Naukowiec Carl Sagan swego czasu stwierdził, że “brak dowodu nie jest dowodem braku”. Ale czasami brak dowodów JEST jak jeszcze dymiący pistolet. Brak nienaruszonych ciał, zawartości biur w budynkach oraz połowy masy Twin Towers jest dymiącym pistoletem dowodzącym, że ​​wieże zostały gwałtownie zburzone eksplozjami.

cartoon-WTC-RumsfeldBushCheneyLAUGHTER-jetfuel
                               zbiorniki z paliwem?
                                    No to naprawdę jest zabawne!

Trzej muszkieterowie z 9/11 rozbawieni swym prywatnym żartem


Brakująca zawartość i ubytek masy Twin Towers nie są jedynymi tajemnicami “braku” związanymi z 9/11. Inne godne uwagi “braki dowodów” obejmują:

* Brak ponad 80 filmów rządu USA z ataku na Pentagon, z których niektóre zostały skonfiskowane przez agentów FBI parę chwil po ataku. Tylko kilka klatek zostało pokazanych, a i te skróty pokazują wyłącznie eksplozję w Pentagonie, ale nie duży samolot.

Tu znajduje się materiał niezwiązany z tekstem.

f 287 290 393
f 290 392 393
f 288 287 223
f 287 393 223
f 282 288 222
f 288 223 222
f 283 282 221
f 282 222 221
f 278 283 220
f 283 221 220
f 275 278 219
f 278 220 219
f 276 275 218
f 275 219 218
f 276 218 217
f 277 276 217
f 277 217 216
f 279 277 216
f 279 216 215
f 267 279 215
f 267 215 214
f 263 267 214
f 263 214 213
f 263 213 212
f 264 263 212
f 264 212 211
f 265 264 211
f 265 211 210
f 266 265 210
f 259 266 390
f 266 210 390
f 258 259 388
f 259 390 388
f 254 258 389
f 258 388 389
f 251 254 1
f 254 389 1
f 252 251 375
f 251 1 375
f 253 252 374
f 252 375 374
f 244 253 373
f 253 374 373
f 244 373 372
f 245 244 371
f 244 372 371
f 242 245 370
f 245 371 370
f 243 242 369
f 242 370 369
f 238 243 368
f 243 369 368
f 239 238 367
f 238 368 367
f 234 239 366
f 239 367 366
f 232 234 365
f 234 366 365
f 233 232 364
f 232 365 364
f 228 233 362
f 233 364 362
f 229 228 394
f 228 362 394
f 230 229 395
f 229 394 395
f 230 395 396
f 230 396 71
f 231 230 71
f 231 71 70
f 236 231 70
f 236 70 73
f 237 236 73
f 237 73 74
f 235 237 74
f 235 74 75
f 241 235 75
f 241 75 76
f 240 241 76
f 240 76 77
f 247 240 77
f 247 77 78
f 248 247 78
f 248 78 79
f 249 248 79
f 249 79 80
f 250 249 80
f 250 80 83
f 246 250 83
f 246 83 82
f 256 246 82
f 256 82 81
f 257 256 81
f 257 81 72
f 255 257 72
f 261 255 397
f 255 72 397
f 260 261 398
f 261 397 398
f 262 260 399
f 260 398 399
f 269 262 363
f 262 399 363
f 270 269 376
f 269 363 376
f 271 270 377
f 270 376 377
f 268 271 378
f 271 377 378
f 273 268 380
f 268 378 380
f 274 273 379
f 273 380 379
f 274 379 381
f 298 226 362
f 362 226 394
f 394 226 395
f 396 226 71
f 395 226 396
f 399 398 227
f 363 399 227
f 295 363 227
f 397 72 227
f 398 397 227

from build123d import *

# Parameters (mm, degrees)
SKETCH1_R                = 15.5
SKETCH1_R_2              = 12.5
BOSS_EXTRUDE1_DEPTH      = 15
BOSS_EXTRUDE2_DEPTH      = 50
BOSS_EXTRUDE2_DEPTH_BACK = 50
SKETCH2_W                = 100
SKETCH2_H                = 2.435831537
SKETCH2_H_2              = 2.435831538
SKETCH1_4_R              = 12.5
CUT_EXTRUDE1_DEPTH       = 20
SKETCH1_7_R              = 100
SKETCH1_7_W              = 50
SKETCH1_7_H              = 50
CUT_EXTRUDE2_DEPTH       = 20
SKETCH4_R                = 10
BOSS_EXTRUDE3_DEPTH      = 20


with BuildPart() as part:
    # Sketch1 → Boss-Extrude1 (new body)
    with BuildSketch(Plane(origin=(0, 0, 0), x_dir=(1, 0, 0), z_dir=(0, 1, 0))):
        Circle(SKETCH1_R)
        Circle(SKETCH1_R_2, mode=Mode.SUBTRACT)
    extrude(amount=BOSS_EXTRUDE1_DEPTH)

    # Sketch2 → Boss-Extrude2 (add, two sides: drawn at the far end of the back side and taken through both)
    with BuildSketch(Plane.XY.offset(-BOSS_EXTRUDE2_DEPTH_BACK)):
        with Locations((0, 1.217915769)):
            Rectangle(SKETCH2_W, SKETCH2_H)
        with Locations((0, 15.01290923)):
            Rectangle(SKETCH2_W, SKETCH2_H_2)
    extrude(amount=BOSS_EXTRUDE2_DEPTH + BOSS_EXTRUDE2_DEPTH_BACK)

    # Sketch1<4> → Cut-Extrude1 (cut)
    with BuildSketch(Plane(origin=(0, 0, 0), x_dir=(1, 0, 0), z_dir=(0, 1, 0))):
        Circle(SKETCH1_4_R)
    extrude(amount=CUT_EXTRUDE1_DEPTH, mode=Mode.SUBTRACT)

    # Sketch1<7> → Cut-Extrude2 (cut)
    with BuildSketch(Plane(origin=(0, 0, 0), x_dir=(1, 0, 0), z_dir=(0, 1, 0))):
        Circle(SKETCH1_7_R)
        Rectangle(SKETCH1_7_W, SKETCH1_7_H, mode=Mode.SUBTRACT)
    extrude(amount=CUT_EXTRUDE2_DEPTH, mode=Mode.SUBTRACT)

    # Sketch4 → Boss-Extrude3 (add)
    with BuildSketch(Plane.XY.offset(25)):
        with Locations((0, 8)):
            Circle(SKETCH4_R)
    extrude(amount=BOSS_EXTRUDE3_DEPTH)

* Nieobecność 100.000 kilogramów samolotu Boeing 757, który rzekomo uderzył w Pentagon. Nie istnieje żaden zapis co do tych 100.000 kilogramów szczątków airlinera lub szczątków bagażu czy pasażerów samolotu, aby kiedykolwiek były one usuwane z jednego z trzech szeroko oddzielonych od siebie obszarów zniszczonych w Pentagonie.

* Nieobecność 100.000 kilogramów samolotu Boeing 757, który podobno zarył i zatonął w miękkiej ziemi pod płytkim, piętnastometrowej średnicy kraterze w Shanksville w Pensylwanii. Nie ma dowodów w postaci szczątków ze 100.000 kilogramów airlinera, ani szczątków pasażerów czy bagażu, jakie zostałyby odzyskane spod ziemi w domniemanym miejscu katastrofy.

* Brak oficjalnych list pasażerów linii lotniczych, zapisów filmów bezpieczeństwa, odcinków biletów, zeznań pracowników linii lotniczych lub innych rzeczywistych dowodów, że 19 młodych Arabów obwinianych za spowodowanie 9/11 w ogóle było choćby tylko na pokładach samolotów.

* Brak nagrania audio personelu FAA z odprawy podczas rozmowy między sobą na temat tego, co przeżyli 9/11. Nagrania te zostały skonfiskowane przez przełożonego FAA i zniszczone w drobny mak, a potem zostały rozrzucone po wielu oddzielonych daleko od siebie pojemnikach na śmieci tak, żeby nigdy nie można było ich zgromadzić i zrekonstruować.

* Brak niezniszczalnych “czarnych skrzynek” z samolotów, które uderzyły w obydwie wieże. Rząd USA twierdzi, te rejestratory parametrów lotu nie zostały odzyskane, ale przedstawiciele sił pierwszego reagowania powiedzieli, że były one na miejscu, gdy oni je znaleźli i zabrali je agenci FBI.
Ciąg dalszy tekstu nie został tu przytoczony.